Rochlin Danielle H, Brazio Phil, Wapnir Irene, Nguyen Dung
Division of Plastic and Reconstructive Surgery, Stanford University, Palo Alto, Calif.
Department of Surgery, Stanford University, Palo Alto, Calif.
Plast Reconstr Surg Glob Open. 2020 Mar 25;8(3):e2719. doi: 10.1097/GOX.0000000000002719. eCollection 2020 Mar.
Female-to-male mastectomy often renders the chest skin and nipple-areolar complex (NAC) insensate. We propose a new technique of preserving the intercostal nerves and using them to reinnervate the NAC after mastectomy.
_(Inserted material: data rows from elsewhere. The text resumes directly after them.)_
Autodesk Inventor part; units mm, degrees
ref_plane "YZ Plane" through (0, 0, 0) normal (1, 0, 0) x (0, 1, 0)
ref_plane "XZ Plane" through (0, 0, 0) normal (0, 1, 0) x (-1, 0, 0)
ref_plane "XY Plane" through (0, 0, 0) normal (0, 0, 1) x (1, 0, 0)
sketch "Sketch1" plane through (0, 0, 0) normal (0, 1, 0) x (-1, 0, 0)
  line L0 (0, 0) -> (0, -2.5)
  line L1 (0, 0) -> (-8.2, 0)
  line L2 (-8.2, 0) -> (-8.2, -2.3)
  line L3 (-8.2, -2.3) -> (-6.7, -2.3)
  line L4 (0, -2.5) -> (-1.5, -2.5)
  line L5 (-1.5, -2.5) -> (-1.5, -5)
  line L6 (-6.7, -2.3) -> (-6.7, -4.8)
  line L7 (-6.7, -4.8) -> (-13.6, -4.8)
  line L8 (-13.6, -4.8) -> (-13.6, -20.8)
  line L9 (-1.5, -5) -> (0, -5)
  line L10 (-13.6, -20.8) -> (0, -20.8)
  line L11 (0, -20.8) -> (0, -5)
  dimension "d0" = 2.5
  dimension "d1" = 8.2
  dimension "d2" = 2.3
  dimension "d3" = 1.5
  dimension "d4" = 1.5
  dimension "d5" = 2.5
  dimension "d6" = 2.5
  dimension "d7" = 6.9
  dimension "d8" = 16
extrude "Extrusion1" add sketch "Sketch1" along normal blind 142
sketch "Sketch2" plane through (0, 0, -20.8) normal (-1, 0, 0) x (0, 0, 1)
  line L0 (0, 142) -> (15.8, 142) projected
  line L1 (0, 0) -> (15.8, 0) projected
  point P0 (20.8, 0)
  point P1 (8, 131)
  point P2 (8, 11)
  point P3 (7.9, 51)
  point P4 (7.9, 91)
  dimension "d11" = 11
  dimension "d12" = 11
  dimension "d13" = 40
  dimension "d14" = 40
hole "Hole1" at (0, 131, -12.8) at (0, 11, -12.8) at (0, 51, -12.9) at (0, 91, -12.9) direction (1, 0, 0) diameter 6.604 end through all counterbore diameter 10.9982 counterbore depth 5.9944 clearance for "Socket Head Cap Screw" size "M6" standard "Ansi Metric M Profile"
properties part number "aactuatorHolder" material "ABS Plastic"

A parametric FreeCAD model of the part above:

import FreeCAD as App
import Part
import Sketcher


def add_polygon(sketch, points):
    """Adds a closed chain of lines whose ends are joined by coincident constraints."""
    first, n = sketch.GeometryCount, len(points)
    for a, b in zip(points, points[1:] + points[:1]):
        sketch.addGeometry(Part.LineSegment(App.Vector(*a, 0), App.Vector(*b, 0)), False)
    for i in range(n):
        sketch.addConstraint(Sketcher.Constraint("Coincident", first + i, 2, first + (i + 1) % n, 1))

doc = App.newDocument("Part")
params = doc.addObject("Spreadsheet::Sheet", "Params")
for row, (alias, value) in enumerate([
    ("sketch1_height", "16 mm"),
    ("sketch1_width", "8.2 mm"),
    ("sketch1_width2", "1.5 mm"),
    ("sketch1_width3", "6.9 mm"),
    ("sketch1_height2", "2.5 mm"),
    ("pad1_length", "142 mm"),
    ("hole_diameter", "6.604 mm"),
    ("hole_cbore_diameter", "10.9982 mm"),
    ("hole_cbore_depth", "5.9944 mm"),
], start=1):
    params.set(f"A{row}", alias)
    params.set(f"B{row}", "=" + value)
    params.setAlias(f"B{row}", alias)

body = doc.addObject("PartDesign::Body", "Body")

sketch1 = doc.addObject("Sketcher::SketchObject", "Sketch")
body.addObject(sketch1)
sketch1.AttachmentSupport = (doc.XZ_Plane, [""])
sketch1.MapMode = "FlatFace"
add_polygon(sketch1, [(0, -2.5), (0, 0), (8.2, 0), (8.2, -2.3), (6.7, -2.3), (6.7, -4.8), (13.6, -4.8), (13.6, -20.8), (0, -20.8), (0, -5), (1.5, -5), (1.5, -2.5)])
sketch1.addConstraint(Sketcher.Constraint("Vertical", 0))
sketch1.addConstraint(Sketcher.Constraint("Horizontal", 1))
sketch1.addConstraint(Sketcher.Constraint("Vertical", 2))
sketch1.addConstraint(Sketcher.Constraint("Horizontal", 3))
sketch1.addConstraint(Sketcher.Constraint("Vertical", 4))
sketch1.addConstraint(Sketcher.Constraint("Horizontal", 5))
sketch1.addConstraint(Sketcher.Constraint("Vertical", 6))
sketch1.addConstraint(Sketcher.Constraint("Horizontal", 7))
sketch1.addConstraint(Sketcher.Constraint("Vertical", 8))
sketch1.addConstraint(Sketcher.Constraint("Horizontal", 9))
sketch1.addConstraint(Sketcher.Constraint("Vertical", 10))
sketch1.addConstraint(Sketcher.Constraint("Horizontal", 11))
sketch1.addConstraint(Sketcher.Constraint("Coincident", 0, 2, -1, 1))
sketch1.addConstraint(Sketcher.Constraint("PointOnObject", 7, 2, -2))
sketch1.addConstraint(Sketcher.Constraint("Equal", 3, 9))
sketch1.addConstraint(Sketcher.Constraint("Equal", 0, 4))
sketch1.addConstraint(Sketcher.Constraint("Equal", 4, 10))
sketch1.addConstraint(Sketcher.Constraint("DistanceY", 6, 2, 6, 1, 16.0))
sketch1.addConstraint(Sketcher.Constraint("DistanceX", 1, 1, 1, 2, 8.2))
sketch1.addConstraint(Sketcher.Constraint("DistanceX", 3, 2, 3, 1, 1.5))
sketch1.addConstraint(Sketcher.Constraint("DistanceX", 5, 1, 5, 2, 6.9))
sketch1.addConstraint(Sketcher.Constraint("DistanceY", 0, 1, 0, 2, 2.5))
sketch1.addConstraint(Sketcher.Constraint("DistanceY", 2, 2, 2, 1, 2.3))
sketch1.setExpression("Constraints[29]", "Params.sketch1_height")
sketch1.setExpression("Constraints[30]", "Params.sketch1_width")
sketch1.setExpression("Constraints[31]", "Params.sketch1_width2")
sketch1.setExpression("Constraints[32]", "Params.sketch1_width3")
sketch1.setExpression("Constraints[33]", "Params.sketch1_height2")
pad1 = doc.addObject("PartDesign::Pad", "Pad")
body.addObject(pad1)
pad1.Profile = sketch1
pad1.setExpression("Length", "Params.pad1_length")
pad1.Reversed = True

sketch2 = doc.addObject("Sketcher::SketchObject", "Sketch001")
body.addObject(sketch2)
sketch2.AttachmentSupport = (doc.YZ_Plane, [""])
sketch2.MapMode = "FlatFace"
sketch2.addGeometry(Part.Circle(App.Vector(131, -12.8, 0), App.Vector(0, 0, 1), 3.302), False)
sketch2.addGeometry(Part.Circle(App.Vector(11, -12.8, 0), App.Vector(0, 0, 1), 3.302), False)
sketch2.addGeometry(Part.Circle(App.Vector(51, -12.9, 0), App.Vector(0, 0, 1), 3.302), False)
sketch2.addGeometry(Part.Circle(App.Vector(91, -12.9, 0), App.Vector(0, 0, 1), 3.302), False)
sketch2.addConstraint(Sketcher.Constraint("Equal", 0, 1))
sketch2.addConstraint(Sketcher.Constraint("Equal", 1, 2))
sketch2.addConstraint(Sketcher.Constraint("Equal", 2, 3))
sketch2.addConstraint(Sketcher.Constraint("Horizontal", 0, 3, 1, 3))
sketch2.addConstraint(Sketcher.Constraint("Horizontal", 2, 3, 3, 3))
sketch2.addConstraint(Sketcher.Constraint("Diameter", 0, 6.604))
sketch2.addConstraint(Sketcher.Constraint("DistanceX", -1, 1, 0, 3, 131.0))
sketch2.addConstraint(Sketcher.Constraint("DistanceX", -1, 1, 1, 3, 11.0))
sketch2.addConstraint(Sketcher.Constraint("DistanceX", -1, 1, 2, 3, 51.0))
sketch2.addConstraint(Sketcher.Constraint("DistanceX", -1, 1, 3, 3, 91.0))
sketch2.addConstraint(Sketcher.Constraint("DistanceY", 0, 3, -1, 1, 12.8))
sketch2.addConstraint(Sketcher.Constraint("DistanceY", 2, 3, -1, 1, 12.9))
doc.recompute()
hole = doc.addObject("PartDesign::Hole", "Hole")
body.addObject(hole)
hole.Profile = sketch2
hole.ThreadType = "None"
hole.setExpression("Diameter", "Params.hole_diameter")
hole.DepthType = "ThroughAll"
hole.HoleCutType = "Counterbore"
hole.setExpression("HoleCutDiameter", "Params.hole_cbore_diameter")
hole.setExpression("HoleCutDepth", "Params.hole_cbore_depth")
hole.Reversed = True

doc.recompute()
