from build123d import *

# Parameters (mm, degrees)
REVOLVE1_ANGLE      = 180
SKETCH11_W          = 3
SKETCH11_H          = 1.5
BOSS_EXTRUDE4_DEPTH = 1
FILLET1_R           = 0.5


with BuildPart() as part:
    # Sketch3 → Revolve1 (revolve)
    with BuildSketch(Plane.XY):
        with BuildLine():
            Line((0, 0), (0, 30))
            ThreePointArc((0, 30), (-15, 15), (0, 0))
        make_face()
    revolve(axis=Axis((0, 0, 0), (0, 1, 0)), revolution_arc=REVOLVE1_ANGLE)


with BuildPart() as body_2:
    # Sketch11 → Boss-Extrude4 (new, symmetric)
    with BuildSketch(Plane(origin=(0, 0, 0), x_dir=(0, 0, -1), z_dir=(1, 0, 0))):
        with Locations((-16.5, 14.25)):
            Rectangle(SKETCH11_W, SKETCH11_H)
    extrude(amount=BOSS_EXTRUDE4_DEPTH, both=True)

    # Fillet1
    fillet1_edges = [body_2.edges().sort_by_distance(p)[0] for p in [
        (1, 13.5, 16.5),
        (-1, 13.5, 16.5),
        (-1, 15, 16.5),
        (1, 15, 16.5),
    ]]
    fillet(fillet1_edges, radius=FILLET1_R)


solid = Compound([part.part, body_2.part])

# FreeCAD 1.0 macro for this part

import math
import FreeCAD as App
import Part
import Sketcher


def edges_at(feature, points):
    """Names of the edges that pass closest to the given points."""
    edges = feature.Shape.Edges
    near = lambda p: min(range(len(edges)), key=lambda i: edges[i].distToShape(Part.Vertex(*p))[0])
    return sorted({f"Edge{near(p) + 1}" for p in points})

doc = App.newDocument("Part")
body = doc.addObject("PartDesign::Body", "Body")

sketch1 = doc.addObject("Sketcher::SketchObject", "Sketch")
body.addObject(sketch1)
sketch1.AttachmentSupport = (doc.XY_Plane, [""])
sketch1.MapMode = "FlatFace"
sketch1.addGeometry([
    Part.LineSegment(App.Vector(0, 0, 0), App.Vector(0, 30, 0)),
    Part.ArcOfCircle(Part.Circle(App.Vector(0, 15, 0), App.Vector(0, 0, 1), 15), math.radians(90), math.radians(270)),
], False)
sketch1.addConstraint([
    Sketcher.Constraint("Coincident", 0, 1, 1, 2),
    Sketcher.Constraint("Coincident", 1, 1, 0, 2),
    Sketcher.Constraint("Vertical", 0),
    Sketcher.Constraint("Coincident", 0, 1, -1, 1),
    Sketcher.Constraint("PointOnObject", 1, 3, -2),
    Sketcher.Constraint("Radius", 1, 15.0),
])
revolution = doc.addObject("PartDesign::Revolution", "Revolution")
body.addObject(revolution)
revolution.Profile = sketch1
revolution.ReferenceAxis = (sketch1, ["V_Axis"])
revolution.Angle = 180
body2 = doc.addObject("PartDesign::Body", "Body001")

sketch2 = doc.addObject("Sketcher::SketchObject", "Sketch001")
body2.addObject(sketch2)
sketch2.AttachmentSupport = (doc.getObject("YZ_Plane001"), [""])
sketch2.MapMode = "FlatFace"
sketch2.addGeometry([
    Part.LineSegment(App.Vector(15, 18, 0), App.Vector(13.5, 18, 0)),
    Part.LineSegment(App.Vector(13.5, 18, 0), App.Vector(13.5, 15, 0)),
    Part.LineSegment(App.Vector(13.5, 15, 0), App.Vector(15, 15, 0)),
    Part.LineSegment(App.Vector(15, 15, 0), App.Vector(15, 18, 0)),
], False)
sketch2.addConstraint([
    Sketcher.Constraint("Coincident", 0, 2, 1, 1),
    Sketcher.Constraint("Coincident", 1, 2, 2, 1),
    Sketcher.Constraint("Coincident", 2, 2, 3, 1),
    Sketcher.Constraint("Coincident", 3, 2, 0, 1),
    Sketcher.Constraint("Horizontal", 0),
    Sketcher.Constraint("Vertical", 1),
    Sketcher.Constraint("Horizontal", 2),
    Sketcher.Constraint("Vertical", 3),
    Sketcher.Constraint("DistanceY", 1, 2, 1, 1, 3.0),
    Sketcher.Constraint("DistanceX", 0, 2, 0, 1, 1.5),
    Sketcher.Constraint("DistanceY", -1, 1, 0, 2, 18.0),
    Sketcher.Constraint("DistanceX", -1, 1, 2, 2, 15.0),
])
pad1 = doc.addObject("PartDesign::Pad", "Pad")
body2.addObject(pad1)
pad1.Profile = sketch2
pad1.Length = 2
pad1.Midplane = True
doc.recompute()

fillet = doc.addObject("PartDesign::Fillet", "Fillet")
body2.addObject(fillet)
fillet.Base = (pad1, edges_at(pad1, [
    (1, 13.5, 16.5),
    (-1, 13.5, 16.5),
    (-1, 15, 16.5),
    (1, 15, 16.5),
]))
fillet.Radius = 0.5

doc.recompute()
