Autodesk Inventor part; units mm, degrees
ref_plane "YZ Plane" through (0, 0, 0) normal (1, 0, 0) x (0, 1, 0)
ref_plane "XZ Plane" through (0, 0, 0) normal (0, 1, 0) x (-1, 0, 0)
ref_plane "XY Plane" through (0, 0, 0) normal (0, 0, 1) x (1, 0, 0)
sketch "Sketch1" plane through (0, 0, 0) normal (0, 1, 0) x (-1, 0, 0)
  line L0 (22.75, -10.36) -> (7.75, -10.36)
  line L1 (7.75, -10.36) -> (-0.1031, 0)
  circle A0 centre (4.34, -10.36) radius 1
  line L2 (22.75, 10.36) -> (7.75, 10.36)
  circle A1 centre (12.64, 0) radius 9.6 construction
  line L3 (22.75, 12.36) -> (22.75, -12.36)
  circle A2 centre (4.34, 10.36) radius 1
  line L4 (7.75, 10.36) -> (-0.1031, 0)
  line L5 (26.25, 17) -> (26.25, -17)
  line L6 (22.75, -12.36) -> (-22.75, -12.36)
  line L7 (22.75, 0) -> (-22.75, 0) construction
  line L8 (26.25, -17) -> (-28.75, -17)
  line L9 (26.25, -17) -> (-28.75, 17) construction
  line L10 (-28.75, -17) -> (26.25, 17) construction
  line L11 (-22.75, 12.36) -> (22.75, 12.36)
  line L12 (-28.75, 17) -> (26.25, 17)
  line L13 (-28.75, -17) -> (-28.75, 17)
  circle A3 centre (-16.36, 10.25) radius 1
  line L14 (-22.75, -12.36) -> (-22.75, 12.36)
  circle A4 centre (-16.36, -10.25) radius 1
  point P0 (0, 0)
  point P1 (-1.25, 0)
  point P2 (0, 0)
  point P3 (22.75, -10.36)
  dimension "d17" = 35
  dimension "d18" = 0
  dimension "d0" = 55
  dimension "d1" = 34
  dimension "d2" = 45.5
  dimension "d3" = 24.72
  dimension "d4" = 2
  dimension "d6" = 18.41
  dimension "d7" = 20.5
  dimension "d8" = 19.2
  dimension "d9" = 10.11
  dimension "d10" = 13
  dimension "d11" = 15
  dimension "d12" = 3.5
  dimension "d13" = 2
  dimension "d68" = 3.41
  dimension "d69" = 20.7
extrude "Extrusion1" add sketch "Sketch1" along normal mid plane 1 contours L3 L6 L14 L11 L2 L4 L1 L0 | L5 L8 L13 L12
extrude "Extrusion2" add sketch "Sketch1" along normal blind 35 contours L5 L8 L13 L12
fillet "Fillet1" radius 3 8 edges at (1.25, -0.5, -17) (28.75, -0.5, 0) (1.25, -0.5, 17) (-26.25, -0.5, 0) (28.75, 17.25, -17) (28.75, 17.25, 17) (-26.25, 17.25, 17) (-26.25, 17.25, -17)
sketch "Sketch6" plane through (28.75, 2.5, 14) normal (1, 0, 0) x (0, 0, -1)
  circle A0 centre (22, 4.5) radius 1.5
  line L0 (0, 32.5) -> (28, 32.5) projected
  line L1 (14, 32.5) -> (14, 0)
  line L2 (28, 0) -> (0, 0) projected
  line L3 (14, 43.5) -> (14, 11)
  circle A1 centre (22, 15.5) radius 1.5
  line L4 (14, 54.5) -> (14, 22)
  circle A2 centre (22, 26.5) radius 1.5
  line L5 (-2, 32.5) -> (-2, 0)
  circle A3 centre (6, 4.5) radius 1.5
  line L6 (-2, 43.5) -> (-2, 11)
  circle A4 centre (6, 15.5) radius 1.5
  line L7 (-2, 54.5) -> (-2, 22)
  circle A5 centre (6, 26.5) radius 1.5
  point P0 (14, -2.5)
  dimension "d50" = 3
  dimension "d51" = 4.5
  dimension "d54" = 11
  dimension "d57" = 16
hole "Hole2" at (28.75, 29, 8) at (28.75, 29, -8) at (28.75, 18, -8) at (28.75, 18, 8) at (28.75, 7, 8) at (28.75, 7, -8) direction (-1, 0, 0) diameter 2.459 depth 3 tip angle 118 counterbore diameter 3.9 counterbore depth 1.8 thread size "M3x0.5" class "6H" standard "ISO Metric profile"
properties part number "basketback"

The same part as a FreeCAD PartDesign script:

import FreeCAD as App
import Part
import Sketcher
from FreeCAD import Vector


def edges_at(feature, points):
    """Names of the edges that pass closest to the given points."""
    edges = feature.Shape.Edges
    near = lambda p: min(range(len(edges)), key=lambda i: edges[i].distToShape(Part.Vertex(*p))[0])
    return sorted({f"Edge{near(p) + 1}" for p in points})


def add_polygon(sketch, points):
    """Adds a closed chain of lines whose ends are joined by coincident constraints."""
    first, n = sketch.GeometryCount, len(points)
    for a, b in zip(points, points[1:] + points[:1]):
        sketch.addGeometry(Part.LineSegment(App.Vector(*a, 0), App.Vector(*b, 0)), False)
    for i in range(n):
        sketch.addConstraint(Sketcher.Constraint("Coincident", first + i, 2, first + (i + 1) % n, 1))

doc = App.newDocument("Part")
body = doc.addObject("PartDesign::Body", "Body")

# Sketch on XZ plane
sketch1 = body.newObject("Sketcher::SketchObject", "Sketch")
sketch1.AttachmentSupport = (doc.getObject("XZ_Plane"), [""])
sketch1.MapMode = "FlatFace"
add_polygon(sketch1, [(-26.2, -17), (-26.2, 17), (28.8, 17), (28.8, -17)])  # lines 0-3
add_polygon(sketch1, [(-7.8, 10.4), (-22.8, 10.4), (-22.8, -10.4), (-7.8, -10.4), (0.1, 0)])  # lines 4-8
sketch1.addGeometry(Part.Circle(Vector(16.4, -10.2, 0), Vector(0, 0, 1), 1), False)  # 9
sketch1.addGeometry(Part.Circle(Vector(-4.3, -10.4, 0), Vector(0, 0, 1), 1), False)  # 10
sketch1.addGeometry(Part.Circle(Vector(16.4, 10.2, 0), Vector(0, 0, 1), 1), False)  # 11
sketch1.addGeometry(Part.Circle(Vector(-4.3, 10.4, 0), Vector(0, 0, 1), 1), False)  # 12
sketch1.addConstraint([
    Sketcher.Constraint("Vertical", 0),
    Sketcher.Constraint("Horizontal", 1),
    Sketcher.Constraint("Vertical", 2),
    Sketcher.Constraint("Horizontal", 3),
    Sketcher.Constraint("Horizontal", 4),
    Sketcher.Constraint("Vertical", 5),
    Sketcher.Constraint("Horizontal", 6),
    Sketcher.Constraint("Equal", 9, 10),
    Sketcher.Constraint("Equal", 10, 11),
    Sketcher.Constraint("Equal", 11, 12),
    Sketcher.Constraint("Symmetric", 9, 3, 11, 3, -1),
    Sketcher.Constraint("Symmetric", 10, 3, 12, 3, -1),
    Sketcher.Constraint("Symmetric", 6, 2, 8, 2, -1),
    Sketcher.Constraint("PointOnObject", 7, 2, -1),
    Sketcher.Constraint("Horizontal", 12, 3, 4, 2),
    Sketcher.Constraint("Diameter", 9, 2.0),
    Sketcher.Constraint("DistanceX", 1, 1, 1, 2, 55.0),
    Sketcher.Constraint("DistanceX", 4, 2, 4, 1, 15.0),
    Sketcher.Constraint("DistanceY", 0, 1, 0, 2, 34.0),
    Sketcher.Constraint("Distance", 7, 13.0),
    Sketcher.Constraint("DistanceX", 10, 3, 9, 3, 20.7),
    Sketcher.Constraint("DistanceY", 9, 3, 11, 3, 20.5),
    Sketcher.Constraint("DistanceX", 0, 2, 4, 2, 3.5),
    Sketcher.Constraint("DistanceX", 4, 2, 12, 3, 18.41),
    Sketcher.Constraint("DistanceY", -1, 1, 0, 2, 17.0),
    Sketcher.Constraint("DistanceY", 5, 2, 5, 1, 20.72),
    Sketcher.Constraint("DistanceX", -1, 1, 9, 3, 16.36),
])
pad1 = body.newObject("PartDesign::Pad", "Pad")
pad1.Profile = sketch1
pad1.Length = 1
pad1.Midplane = True

# Sketch on XZ plane
sketch2 = body.newObject("Sketcher::SketchObject", "Sketch001")
sketch2.AttachmentSupport = (doc.getObject("XZ_Plane"), [""])
sketch2.MapMode = "FlatFace"
add_polygon(sketch2, [(-26, -17), (-26, 17), (29, 17), (29, -17)])  # lines 0-3
add_polygon(sketch2, [(-23, 12), (-23, -12), (23, -12), (23, 12)])  # lines 4-7
sketch2.addConstraint([
    Sketcher.Constraint("Vertical", 0),
    Sketcher.Constraint("Horizontal", 1),
    Sketcher.Constraint("Vertical", 2),
    Sketcher.Constraint("Horizontal", 3),
    Sketcher.Constraint("Vertical", 4),
    Sketcher.Constraint("Horizontal", 5),
    Sketcher.Constraint("Vertical", 6),
    Sketcher.Constraint("Horizontal", 7),
    Sketcher.Constraint("Symmetric", 4, 2, 6, 2, -1, 1),
    Sketcher.Constraint("DistanceX", 1, 1, 1, 2, 55.0),
    Sketcher.Constraint("DistanceY", 0, 1, 0, 2, 34.0),
    Sketcher.Constraint("DistanceX", 5, 1, 5, 2, 45.5),
    Sketcher.Constraint("DistanceY", 4, 2, 4, 1, 24.72),
    Sketcher.Constraint("DistanceX", 3, 2, 4, 2, 3.5),
    Sketcher.Constraint("DistanceY", -1, 1, 0, 2, 17.0),
])
pad2 = body.newObject("PartDesign::Pad", "Pad001")
pad2.Profile = sketch2
pad2.Length = 35
pad2.Reversed = True
doc.recompute()

fillet = body.newObject("PartDesign::Fillet", "Fillet")
fillet.Base = (pad2, edges_at(pad2, [
    (1.25, -0.5, -17),
    (28.75, -0.5, 0),
    (1.25, -0.5, 17),
    (-26.25, -0.5, 0),
    (28.75, 17.25, -17),
    (28.75, 17.25, 17),
    (-26.25, 17.25, 17),
    (-26.25, 17.25, -17),
]))
fillet.Radius = 3

# Sketch on YZ plane
sketch3 = body.newObject("Sketcher::SketchObject", "Sketch002")
sketch3.AttachmentSupport = (doc.getObject("YZ_Plane"), [""])
sketch3.MapMode = "FlatFace"
sketch3.AttachmentOffset = App.Placement(Vector(0, 0, 28.75), App.Rotation())
sketch3.addGeometry([
    Part.Circle(Vector(29, 8, 0), Vector(0, 0, 1), 1.2),  # 0
    Part.Circle(Vector(29, -8, 0), Vector(0, 0, 1), 1.2),  # 1
    Part.Circle(Vector(18, -8, 0), Vector(0, 0, 1), 1.2),  # 2
    Part.Circle(Vector(18, 8, 0), Vector(0, 0, 1), 1.2),  # 3
    Part.Circle(Vector(7, 8, 0), Vector(0, 0, 1), 1.2),  # 4
    Part.Circle(Vector(7, -8, 0), Vector(0, 0, 1), 1.2),  # 5
], False)
sketch3.addConstraint([
    Sketcher.Constraint("Equal", 0, 1),
    Sketcher.Constraint("Equal", 1, 2),
    Sketcher.Constraint("Equal", 2, 3),
    Sketcher.Constraint("Equal", 3, 4),
    Sketcher.Constraint("Equal", 4, 5),
    Sketcher.Constraint("Symmetric", 0, 3, 1, 3, -1),
    Sketcher.Constraint("Symmetric", 2, 3, 3, 3, -1),
    Sketcher.Constraint("Symmetric", 4, 3, 5, 3, -1),
    Sketcher.Constraint("Horizontal", 1, 3, 2, 3),
    Sketcher.Constraint("Horizontal", 3, 3, 4, 3),
    Sketcher.Constraint("Diameter", 0, 2.459),
    Sketcher.Constraint("DistanceX", -1, 1, 0, 3, 29.0),
    Sketcher.Constraint("DistanceY", -1, 1, 0, 3, 8.0),
    Sketcher.Constraint("DistanceX", -1, 1, 2, 3, 18.0),
    Sketcher.Constraint("DistanceX", -1, 1, 4, 3, 7.0),
])
doc.recompute()
hole = body.newObject("PartDesign::Hole", "Hole")
hole.Profile = sketch3
hole.ThreadType = "None"
hole.Diameter = 2.459
hole.DepthType = "Dimension"
hole.Depth = 3
hole.DrillPoint = "Angled"
hole.DrillPointAngle = 118
hole.HoleCutType = "Counterbore"
hole.HoleCutDiameter = 3.9
hole.HoleCutDepth = 1.8

doc.recompute()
We performed a prospective analysis of transmasculine patients who underwent female-to-male mastectomy. The technique involves dissecting out the lateral intercostal nerves to length and performing a neurorrhaphy to nerve stumps at the base of the NAC. Sensory outcomes, as assessed with Semmes-Weinstein monofilaments, were compared to a cohort of patients who underwent mastectomy without neurotization.
Ten patients with a mean age of 17.5 years (range: 16-19 years) underwent mastectomy. The final follow-up was a mean of 15.4 ± 4.3 months for the treated group and 40.7 ± 12.9 months for the control group. Compared to control patients, treated patients had significant improvement in sensation at the nipple ( ≤ 0.0002), areola ( = 0.0001), and peripheral breast skin ( = 0.0001). For treated patients, there was no statistically significant difference in sensation between preoperative and postoperative sensation in all tested areas at final follow-up.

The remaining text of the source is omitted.